The Engaged dating format and I-Popstar reality franchise, described as the initial IP for international expansion, will likely be the first test cases for the AI-enabled localisation strategy. Taking a format that has already demonstrated audience loyalty in India into a new language market is a different — and considerably cheaper — challenge than building a new IP from scratch. If the AI tools work, the marginal cost of expanding I-Popstar into Tamil, Telugu, Bengali, or Indonesian is dramatically lower than the cost of launching it as a new format.
The Investor Chorus — and What Three Firm Types Backing One Company Signals
The investor composition of this round is worth reading carefully, because it reflects three different theses about why Rusk Media wins.
Nazara Technologies brings the gaming and youth entertainment audience thesis — this is the next generation of content infrastructure for the same consumer they have been serving in gaming.

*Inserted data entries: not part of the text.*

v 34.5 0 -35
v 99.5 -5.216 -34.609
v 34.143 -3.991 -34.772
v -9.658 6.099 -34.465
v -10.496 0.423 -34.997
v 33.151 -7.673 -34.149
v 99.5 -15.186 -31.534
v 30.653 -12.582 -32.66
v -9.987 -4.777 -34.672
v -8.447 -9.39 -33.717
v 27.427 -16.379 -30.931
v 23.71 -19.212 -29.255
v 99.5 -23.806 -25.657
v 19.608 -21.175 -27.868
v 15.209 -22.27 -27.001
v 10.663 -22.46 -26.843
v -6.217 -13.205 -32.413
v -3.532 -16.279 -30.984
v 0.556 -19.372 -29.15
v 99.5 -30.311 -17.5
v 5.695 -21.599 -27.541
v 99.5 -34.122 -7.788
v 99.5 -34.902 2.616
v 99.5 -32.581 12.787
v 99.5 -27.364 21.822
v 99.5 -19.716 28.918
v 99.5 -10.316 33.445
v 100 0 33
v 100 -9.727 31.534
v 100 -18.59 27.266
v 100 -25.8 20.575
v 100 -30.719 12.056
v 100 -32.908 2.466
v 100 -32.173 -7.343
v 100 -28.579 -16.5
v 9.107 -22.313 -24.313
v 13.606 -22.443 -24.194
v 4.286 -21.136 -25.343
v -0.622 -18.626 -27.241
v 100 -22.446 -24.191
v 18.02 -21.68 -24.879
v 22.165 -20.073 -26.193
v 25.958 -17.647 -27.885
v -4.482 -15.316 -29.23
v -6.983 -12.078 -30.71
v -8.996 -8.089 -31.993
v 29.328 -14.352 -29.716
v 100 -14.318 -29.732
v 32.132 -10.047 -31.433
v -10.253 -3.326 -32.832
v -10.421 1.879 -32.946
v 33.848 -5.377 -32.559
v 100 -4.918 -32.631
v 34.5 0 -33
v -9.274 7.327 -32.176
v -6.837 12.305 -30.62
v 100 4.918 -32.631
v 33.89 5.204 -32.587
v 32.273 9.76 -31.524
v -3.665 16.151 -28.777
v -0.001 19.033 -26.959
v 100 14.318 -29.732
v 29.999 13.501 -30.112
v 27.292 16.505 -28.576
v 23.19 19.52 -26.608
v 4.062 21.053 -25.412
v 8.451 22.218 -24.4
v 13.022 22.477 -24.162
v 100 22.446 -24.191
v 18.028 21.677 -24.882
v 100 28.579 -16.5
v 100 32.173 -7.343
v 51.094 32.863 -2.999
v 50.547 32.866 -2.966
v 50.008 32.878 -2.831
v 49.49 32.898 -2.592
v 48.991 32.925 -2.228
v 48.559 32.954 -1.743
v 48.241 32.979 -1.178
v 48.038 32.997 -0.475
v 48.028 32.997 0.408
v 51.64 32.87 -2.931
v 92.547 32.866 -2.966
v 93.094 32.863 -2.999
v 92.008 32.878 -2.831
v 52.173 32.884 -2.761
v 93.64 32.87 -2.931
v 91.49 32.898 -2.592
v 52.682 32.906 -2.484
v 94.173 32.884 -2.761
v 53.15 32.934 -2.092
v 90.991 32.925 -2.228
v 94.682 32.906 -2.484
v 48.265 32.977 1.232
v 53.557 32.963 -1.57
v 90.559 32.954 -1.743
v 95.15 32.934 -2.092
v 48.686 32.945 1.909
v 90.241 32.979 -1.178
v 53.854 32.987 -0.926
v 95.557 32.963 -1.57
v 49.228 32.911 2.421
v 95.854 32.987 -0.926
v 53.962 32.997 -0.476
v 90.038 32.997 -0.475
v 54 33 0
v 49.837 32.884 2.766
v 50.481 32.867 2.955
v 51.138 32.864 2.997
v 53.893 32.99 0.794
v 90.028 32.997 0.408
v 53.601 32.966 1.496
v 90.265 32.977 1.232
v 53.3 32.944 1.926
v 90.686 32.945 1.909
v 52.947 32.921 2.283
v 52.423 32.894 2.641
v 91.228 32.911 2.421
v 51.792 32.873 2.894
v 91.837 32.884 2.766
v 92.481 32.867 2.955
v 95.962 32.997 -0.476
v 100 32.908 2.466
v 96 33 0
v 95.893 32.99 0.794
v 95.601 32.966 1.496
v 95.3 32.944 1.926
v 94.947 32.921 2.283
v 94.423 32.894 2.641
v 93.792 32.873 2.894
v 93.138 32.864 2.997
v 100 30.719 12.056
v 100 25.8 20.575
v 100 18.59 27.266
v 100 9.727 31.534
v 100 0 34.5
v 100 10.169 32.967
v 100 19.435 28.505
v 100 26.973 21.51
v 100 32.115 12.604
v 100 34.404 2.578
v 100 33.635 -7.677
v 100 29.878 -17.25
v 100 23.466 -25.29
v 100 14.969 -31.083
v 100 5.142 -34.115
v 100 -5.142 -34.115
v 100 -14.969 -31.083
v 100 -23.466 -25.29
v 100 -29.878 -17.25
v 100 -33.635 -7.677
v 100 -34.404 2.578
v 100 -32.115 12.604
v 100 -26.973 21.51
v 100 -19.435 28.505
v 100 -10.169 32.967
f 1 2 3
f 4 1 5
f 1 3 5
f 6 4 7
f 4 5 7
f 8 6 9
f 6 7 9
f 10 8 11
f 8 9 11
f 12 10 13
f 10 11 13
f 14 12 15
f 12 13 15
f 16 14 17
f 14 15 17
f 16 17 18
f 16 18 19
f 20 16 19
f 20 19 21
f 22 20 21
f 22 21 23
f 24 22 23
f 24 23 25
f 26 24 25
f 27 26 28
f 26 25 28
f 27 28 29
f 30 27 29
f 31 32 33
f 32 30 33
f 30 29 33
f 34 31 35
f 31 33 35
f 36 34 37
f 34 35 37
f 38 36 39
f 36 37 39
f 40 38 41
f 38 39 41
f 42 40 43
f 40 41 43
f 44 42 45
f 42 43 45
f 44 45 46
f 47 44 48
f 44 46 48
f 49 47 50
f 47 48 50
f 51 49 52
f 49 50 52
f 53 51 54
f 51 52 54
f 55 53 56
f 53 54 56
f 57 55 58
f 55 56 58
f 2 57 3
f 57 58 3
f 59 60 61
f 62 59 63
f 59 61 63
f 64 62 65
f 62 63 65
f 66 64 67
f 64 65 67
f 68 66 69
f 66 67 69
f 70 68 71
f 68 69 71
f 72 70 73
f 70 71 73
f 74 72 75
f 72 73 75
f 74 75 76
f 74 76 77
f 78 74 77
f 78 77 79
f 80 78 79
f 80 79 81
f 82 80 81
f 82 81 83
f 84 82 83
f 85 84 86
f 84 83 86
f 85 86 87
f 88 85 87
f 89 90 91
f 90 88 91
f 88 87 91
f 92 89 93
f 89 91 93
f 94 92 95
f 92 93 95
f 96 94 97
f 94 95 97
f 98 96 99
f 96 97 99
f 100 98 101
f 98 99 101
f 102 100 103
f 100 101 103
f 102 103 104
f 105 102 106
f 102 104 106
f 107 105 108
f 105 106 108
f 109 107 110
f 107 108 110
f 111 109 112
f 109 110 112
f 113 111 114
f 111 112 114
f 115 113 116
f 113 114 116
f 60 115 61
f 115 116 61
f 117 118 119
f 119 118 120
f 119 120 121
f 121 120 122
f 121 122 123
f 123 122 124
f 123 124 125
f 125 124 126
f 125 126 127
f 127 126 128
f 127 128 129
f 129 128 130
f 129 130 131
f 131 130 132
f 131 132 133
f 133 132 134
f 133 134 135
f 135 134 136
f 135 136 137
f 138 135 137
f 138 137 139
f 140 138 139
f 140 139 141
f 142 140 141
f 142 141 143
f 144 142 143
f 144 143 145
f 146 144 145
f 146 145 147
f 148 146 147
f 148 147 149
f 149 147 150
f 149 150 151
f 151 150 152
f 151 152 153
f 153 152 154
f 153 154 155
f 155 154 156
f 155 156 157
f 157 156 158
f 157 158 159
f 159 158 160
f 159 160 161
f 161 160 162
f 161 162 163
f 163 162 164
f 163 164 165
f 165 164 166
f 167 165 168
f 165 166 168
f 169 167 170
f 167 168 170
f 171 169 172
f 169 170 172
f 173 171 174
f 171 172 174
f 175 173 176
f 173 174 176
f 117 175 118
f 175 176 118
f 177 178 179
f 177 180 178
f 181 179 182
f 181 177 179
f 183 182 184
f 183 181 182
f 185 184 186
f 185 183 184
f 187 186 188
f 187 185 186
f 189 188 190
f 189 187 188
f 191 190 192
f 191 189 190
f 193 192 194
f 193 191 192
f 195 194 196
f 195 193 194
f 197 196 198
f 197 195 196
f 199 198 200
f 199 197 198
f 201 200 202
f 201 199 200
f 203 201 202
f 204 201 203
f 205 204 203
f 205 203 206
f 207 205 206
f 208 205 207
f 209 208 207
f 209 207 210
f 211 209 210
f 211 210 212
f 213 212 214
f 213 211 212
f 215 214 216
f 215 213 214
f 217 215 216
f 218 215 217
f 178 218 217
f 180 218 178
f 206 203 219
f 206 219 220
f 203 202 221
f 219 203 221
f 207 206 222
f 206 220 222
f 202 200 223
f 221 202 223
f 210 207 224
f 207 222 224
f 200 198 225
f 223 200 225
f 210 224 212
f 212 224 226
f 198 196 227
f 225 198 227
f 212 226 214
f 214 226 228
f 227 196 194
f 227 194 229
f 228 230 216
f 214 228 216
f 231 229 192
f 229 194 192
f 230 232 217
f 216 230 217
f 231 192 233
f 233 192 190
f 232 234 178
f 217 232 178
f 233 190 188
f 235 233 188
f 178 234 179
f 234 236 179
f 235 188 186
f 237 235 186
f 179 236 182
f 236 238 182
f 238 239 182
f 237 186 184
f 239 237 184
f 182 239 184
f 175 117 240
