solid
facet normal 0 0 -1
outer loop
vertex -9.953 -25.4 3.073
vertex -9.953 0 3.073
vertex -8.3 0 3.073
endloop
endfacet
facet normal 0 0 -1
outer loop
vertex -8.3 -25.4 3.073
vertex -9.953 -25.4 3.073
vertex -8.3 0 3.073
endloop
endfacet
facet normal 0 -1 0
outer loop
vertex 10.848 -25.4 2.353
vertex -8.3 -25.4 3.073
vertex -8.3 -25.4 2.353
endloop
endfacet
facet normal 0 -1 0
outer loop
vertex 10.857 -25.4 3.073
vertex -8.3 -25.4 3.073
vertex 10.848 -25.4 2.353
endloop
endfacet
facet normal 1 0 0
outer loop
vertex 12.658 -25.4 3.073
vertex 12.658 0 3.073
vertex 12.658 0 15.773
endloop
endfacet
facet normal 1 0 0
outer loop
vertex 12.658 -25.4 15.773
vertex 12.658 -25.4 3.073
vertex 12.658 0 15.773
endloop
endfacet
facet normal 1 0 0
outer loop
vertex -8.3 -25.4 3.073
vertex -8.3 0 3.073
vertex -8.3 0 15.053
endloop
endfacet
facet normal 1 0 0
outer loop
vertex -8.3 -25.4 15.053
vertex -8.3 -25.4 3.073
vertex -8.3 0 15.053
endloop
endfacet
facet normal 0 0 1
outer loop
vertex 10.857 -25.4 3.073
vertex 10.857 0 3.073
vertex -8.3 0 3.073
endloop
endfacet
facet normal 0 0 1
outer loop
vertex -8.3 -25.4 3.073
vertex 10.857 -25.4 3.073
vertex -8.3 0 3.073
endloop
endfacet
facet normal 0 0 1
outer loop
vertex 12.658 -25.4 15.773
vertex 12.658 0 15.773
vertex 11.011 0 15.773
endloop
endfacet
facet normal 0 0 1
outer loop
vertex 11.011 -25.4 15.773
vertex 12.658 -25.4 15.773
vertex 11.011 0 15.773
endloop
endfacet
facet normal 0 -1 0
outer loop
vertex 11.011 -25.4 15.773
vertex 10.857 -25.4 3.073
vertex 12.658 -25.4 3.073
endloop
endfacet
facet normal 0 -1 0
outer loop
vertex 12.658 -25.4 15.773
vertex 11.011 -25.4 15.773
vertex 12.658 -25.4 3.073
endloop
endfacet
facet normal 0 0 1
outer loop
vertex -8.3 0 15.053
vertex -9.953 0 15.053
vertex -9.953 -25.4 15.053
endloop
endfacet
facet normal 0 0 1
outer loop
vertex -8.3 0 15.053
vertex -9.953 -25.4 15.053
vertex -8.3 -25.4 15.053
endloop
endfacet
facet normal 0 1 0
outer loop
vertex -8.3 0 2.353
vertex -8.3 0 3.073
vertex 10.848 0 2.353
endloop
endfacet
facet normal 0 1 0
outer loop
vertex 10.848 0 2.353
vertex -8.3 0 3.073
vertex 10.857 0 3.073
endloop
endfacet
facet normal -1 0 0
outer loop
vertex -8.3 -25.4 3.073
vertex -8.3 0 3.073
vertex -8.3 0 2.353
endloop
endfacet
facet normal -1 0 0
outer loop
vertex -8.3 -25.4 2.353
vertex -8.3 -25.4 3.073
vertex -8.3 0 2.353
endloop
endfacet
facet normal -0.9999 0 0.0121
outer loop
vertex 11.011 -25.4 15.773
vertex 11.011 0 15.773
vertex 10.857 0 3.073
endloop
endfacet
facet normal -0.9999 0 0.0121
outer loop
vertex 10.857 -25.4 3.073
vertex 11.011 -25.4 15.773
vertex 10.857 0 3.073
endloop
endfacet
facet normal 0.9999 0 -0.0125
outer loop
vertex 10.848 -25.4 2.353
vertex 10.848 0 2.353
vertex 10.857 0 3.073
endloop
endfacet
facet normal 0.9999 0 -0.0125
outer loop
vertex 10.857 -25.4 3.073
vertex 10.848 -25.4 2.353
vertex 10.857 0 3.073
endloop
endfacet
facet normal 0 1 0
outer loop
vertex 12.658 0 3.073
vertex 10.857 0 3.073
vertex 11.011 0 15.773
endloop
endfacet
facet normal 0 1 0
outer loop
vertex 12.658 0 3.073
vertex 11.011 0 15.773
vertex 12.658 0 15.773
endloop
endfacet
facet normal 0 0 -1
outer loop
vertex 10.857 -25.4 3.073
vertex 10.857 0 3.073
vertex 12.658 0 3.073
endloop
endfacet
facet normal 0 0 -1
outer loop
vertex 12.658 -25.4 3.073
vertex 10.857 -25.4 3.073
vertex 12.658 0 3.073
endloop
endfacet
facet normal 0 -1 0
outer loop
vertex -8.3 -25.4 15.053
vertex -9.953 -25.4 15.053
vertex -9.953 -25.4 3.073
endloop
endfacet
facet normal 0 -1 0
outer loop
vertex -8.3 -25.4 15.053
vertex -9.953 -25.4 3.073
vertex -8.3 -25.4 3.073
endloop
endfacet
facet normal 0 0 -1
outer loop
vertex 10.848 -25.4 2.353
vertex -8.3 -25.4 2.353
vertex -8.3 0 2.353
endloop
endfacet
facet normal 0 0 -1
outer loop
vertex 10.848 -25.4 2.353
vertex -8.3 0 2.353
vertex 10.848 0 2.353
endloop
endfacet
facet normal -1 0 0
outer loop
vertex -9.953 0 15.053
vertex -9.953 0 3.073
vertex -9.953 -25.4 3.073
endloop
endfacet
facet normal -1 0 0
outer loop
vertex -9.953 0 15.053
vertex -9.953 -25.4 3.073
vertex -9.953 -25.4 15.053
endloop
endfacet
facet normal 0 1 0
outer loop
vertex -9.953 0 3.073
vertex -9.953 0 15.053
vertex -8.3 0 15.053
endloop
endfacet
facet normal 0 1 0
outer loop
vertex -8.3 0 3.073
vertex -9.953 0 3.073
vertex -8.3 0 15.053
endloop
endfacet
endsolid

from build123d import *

# Parameters (mm, degrees)
F1_DEPTH = 25.4
F0_W     = 1.6530854926
F0_H     = 11.9800508386


with BuildPart() as f1:
    # F0 (on Front) → F1 (new body)
    with BuildSketch(Plane.XZ):
        Polygon((10.8571308537, 3.0726285186), (-8.2998636753, 3.0726285186), (-8.2998636753, 2.3526793572), (8.1842970103, 2.3526793572), (10.848434642, 2.3526793572), align=None)
    extrude(amount=F1_DEPTH)


with BuildPart() as f1b:
    # F0 (on Front) → F1, piece 2 (new body)
    with BuildSketch(Plane.XZ):
        with Locations((-9.1264064216, 9.0626539379)):
            Rectangle(F0_W, F0_H)
    extrude(amount=F1_DEPTH)


with BuildPart() as f1c:
    # F0 (on Front) → F1, piece 3 (new body)
    with BuildSketch(Plane.XZ):
        Polygon((11.0105331987, 15.7726285186), (10.8571308537, 3.0726285186), (12.657715939, 3.0726285186), (12.657715939, 15.7726285186), align=None)
    extrude(amount=F1_DEPTH)


solid = Compound([f1.part, f1b.part, f1c.part])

InfoEdge Ventures brings the platform business thesis. InfoEdge built Naukri, 99acres, Jeevansathi, and Shiksha — platforms that became category defaults in their respective markets. InfoEdge Ventures partner Amit Behl's framing of unscripted formats as the "universal language" of younger digital audiences reflects a platform investor's view of what Rusk Media is building: not just a content studio, but a destination.
IvyCap Ventures, the homegrown VC firm whose reinvestment in Snitch's $40 million round was described as a clear conviction signal, brings the India-first growth investor thesis. Founder Vikram Gupta's framing — Rusk Media at the intersection of content, technology, and audience engagement — is the thesis statement for a company that is not just producing content but building the infrastructure layer on which content value is created and captured.

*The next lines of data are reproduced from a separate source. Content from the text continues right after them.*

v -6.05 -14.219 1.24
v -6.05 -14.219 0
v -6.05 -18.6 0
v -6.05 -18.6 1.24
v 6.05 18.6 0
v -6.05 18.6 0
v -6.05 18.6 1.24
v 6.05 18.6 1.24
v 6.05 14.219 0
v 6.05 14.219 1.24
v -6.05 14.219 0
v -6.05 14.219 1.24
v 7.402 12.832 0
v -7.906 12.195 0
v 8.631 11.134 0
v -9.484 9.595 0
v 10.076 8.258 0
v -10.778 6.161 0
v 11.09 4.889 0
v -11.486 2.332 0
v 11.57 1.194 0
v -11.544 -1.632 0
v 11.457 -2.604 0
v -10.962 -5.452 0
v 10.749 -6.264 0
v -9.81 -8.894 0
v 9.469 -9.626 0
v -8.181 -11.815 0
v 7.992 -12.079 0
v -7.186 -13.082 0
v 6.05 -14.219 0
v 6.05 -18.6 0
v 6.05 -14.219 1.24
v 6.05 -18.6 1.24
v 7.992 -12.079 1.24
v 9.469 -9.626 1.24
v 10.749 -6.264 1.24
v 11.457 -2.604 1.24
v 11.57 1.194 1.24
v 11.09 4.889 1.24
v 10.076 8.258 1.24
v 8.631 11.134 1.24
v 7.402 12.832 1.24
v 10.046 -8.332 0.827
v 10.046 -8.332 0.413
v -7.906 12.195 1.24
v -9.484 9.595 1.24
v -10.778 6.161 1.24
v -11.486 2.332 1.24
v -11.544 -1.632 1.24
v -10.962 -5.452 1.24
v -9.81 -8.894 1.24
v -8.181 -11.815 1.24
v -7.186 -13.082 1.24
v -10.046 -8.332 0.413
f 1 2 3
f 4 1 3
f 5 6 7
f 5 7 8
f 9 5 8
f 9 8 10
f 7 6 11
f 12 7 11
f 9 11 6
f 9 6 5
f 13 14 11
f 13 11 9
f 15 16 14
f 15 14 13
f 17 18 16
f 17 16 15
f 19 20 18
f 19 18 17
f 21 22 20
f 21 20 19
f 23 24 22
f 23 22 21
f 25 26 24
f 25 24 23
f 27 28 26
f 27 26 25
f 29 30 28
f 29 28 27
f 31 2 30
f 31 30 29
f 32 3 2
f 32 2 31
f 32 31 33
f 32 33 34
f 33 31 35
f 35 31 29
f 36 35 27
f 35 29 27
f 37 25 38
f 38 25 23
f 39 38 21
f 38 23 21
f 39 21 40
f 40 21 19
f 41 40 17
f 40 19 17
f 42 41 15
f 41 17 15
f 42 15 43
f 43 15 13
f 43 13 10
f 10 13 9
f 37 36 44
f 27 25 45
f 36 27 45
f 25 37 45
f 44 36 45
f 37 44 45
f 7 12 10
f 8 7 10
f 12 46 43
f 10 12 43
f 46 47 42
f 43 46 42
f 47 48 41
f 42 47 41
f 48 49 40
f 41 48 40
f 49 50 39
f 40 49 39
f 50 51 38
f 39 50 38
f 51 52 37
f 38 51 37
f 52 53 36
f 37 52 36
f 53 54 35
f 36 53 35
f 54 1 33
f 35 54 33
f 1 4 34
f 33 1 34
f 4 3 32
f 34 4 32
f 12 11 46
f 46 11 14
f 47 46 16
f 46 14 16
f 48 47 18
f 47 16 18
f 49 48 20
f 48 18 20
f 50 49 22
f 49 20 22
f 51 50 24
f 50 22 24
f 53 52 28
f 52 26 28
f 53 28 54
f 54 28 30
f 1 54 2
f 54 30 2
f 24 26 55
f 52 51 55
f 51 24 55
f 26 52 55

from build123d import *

# Parameters (mm, degrees)
PAD_DEPTH    = 1.24
SKETCH001_W  = 12.1
SKETCH001_H  = 37.2
PAD001_DEPTH = 1.24


with BuildPart() as part:
    # Sketch → Pad (new body)
    with BuildSketch(Plane.XY):
        with BuildLine():
            add(Edge.make_bspline(
                [(0, 16.665), (-20.091789, 16.665), (-10.045895, -8.3325), (0, -33.33), (10.045895, -8.3325), (20.091789, 16.665), (0, 16.665)],
                knots=[0, 0, 0, 2.094395, 2.094395, 4.18879, 4.18879, 6.283185, 6.283185, 6.283185], degree=2, weights=[1, 0.5, 1, 0.5, 1, 0.5, 1]))
        make_face()
    extrude(amount=PAD_DEPTH)

    # Sketch001 (on Face2 of Pad) → Pad001 (join)
    with BuildSketch(Plane(origin=(0, 0, 0), x_dir=(1, 0, 0), z_dir=(0, 0, -1))):
        Rectangle(SKETCH001_W, SKETCH001_H)
    extrude(amount=-PAD001_DEPTH)


solid = part.part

Three different investor types, three different thesis frames, one agreement: the company at the intersection of mobile-first content, proprietary platform, IP expansion, and AI production is the one worth backing with ₹100 crore in pre-Series C capital.

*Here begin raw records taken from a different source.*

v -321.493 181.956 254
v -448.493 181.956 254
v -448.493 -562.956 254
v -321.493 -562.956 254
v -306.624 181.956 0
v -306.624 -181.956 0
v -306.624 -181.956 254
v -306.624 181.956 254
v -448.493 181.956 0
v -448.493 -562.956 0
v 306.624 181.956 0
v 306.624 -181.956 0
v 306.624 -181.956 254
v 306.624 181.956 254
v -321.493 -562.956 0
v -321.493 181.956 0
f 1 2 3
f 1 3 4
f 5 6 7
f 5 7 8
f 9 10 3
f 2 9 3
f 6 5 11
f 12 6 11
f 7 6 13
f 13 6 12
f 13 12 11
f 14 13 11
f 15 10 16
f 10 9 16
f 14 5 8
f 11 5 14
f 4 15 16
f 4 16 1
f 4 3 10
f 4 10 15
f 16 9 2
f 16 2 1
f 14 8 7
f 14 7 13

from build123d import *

# Parameters (mm, degrees)
F0_W      = 127
F0_H      = 363.911868
F0_W_2    = 613.248868
F1_DEPTH  = 254
F1_FACE_W = 127
F1_FACE_H = 254
F2_DEPTH  = 381


with BuildPart() as f1:
    # F0 (on Top) → F1 (new body)
    with BuildSketch(Plane.XY):
        with Locations((-384.992974, 0)):
            Rectangle(F0_W, F0_H)
        Rectangle(F0_W_2, F0_H)
    extrude(amount=F1_DEPTH)

    # F1_face (on face) → F2 (join)
    with BuildSketch(Plane(origin=(-384.992974, -181.955934, 127), x_dir=(1, 0, 0), z_dir=(0, -1, 0))):
        Rectangle(F1_FACE_W, F1_FACE_H)
    extrude(amount=F2_DEPTH)


solid = f1.part
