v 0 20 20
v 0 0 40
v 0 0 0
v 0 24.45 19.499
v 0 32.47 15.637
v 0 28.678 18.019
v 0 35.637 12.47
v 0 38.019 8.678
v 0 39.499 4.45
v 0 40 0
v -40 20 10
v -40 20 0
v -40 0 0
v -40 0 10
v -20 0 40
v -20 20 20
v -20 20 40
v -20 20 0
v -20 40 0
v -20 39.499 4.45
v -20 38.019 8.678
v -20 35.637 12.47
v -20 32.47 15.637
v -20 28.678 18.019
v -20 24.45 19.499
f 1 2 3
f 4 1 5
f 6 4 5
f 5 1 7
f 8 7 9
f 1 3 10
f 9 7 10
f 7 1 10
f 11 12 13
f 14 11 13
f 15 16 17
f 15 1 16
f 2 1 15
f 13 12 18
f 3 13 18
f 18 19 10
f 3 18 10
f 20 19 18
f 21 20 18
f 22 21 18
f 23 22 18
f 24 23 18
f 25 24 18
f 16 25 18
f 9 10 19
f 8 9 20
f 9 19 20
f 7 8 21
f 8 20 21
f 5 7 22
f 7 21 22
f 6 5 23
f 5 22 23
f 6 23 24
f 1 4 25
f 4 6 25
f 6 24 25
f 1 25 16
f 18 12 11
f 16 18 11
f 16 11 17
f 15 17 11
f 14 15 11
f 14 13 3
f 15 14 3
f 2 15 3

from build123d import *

# Parameters (mm, degrees)
BOSS_EXTRUDE1_DEPTH = 40
CUT_EXTRUDE1_DEPTH  = 40
CUT_EXTRUDE2_DEPTH  = 40
CUT_EXTRUDE4_DEPTH  = 20


with BuildPart() as part:
    # Sketch1 → Boss-Extrude1 (new body)
    with BuildSketch(Plane.XY):
        Polygon((0, 0), (0, 40), (-20, 40), (-20, 20), (-40, 20), (-40, 0), align=None)
    extrude(amount=BOSS_EXTRUDE1_DEPTH)

    # Sketch3 → Cut-Extrude1 (cut)
    with BuildSketch(Plane.ZY.offset(20)):
        with BuildLine():
            Line((40, 40), (0, 40))
            ThreePointArc((0, 40), (14.142135624, 34.142135624), (20, 20))
            Line((20, 20), (40, 20))
            Line((40, 20), (40, 40))
        make_face()
    extrude(amount=-CUT_EXTRUDE1_DEPTH, mode=Mode.SUBTRACT)

    # Sketch5 → Cut-Extrude2 (cut)
    with BuildSketch(Plane(origin=(0, 20, 0), x_dir=(1, 0, 0), z_dir=(0, 1, 0))):
        Polygon((-20, -40), (-40, -10), (-40, -40), align=None)
    extrude(amount=-CUT_EXTRUDE2_DEPTH, mode=Mode.SUBTRACT)

    # Sketch8 → Cut-Extrude4 (cut)
    with BuildSketch(Plane(origin=(0, 0, 0), x_dir=(0, 0, -1), z_dir=(1, 0, 0))):
        Polygon((-20, 20), (-40, 0), (-40, 20), align=None)
    extrude(amount=-CUT_EXTRUDE4_DEPTH, mode=Mode.SUBTRACT)


solid = part.part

What the Money Is Building Toward
Mayank Yadav, co-founder and CEO, has articulated the ambition in terms that position Rusk Media not as a content company but as an infrastructure builder:
"Globally relevant entertainment infrastructure from India." Not a Indian content company that might someday export. A company that is building the infrastructure for a generation of entertainment consumption — mobile-first, AI-produced, multi-language, multi-format — from India outward.
The distinction is the ambition. Infrastructure companies are valued differently from content studios because infrastructure compounds. The technology stack, the platform, the production AI, the IP portfolio, the audience data — each element reinforces the others, and the combination becomes harder to replicate the longer it is built.
India's digital content ecosystem is at an early point in a long structural shift. Short-form video, creator-led entertainment, mobile-first formats, and AI-assisted production are converging to create a media landscape that looks fundamentally different from the broadcast and OTT model of the previous decade. The companies that built the infrastructure for that shift during its formative years — the Alright! TV platforms, the I-Popstar IP libraries, the proprietary production AI systems — will be the ones that define what Indian entertainment looks like when that shift completes.
Rusk Media has ₹100 crore, a board that includes Nazara's gaming intelligence and InfoEdge's platform experience, and six years of audience trust already built. The next phase is about whether the infrastructure can scale at the speed the market is moving.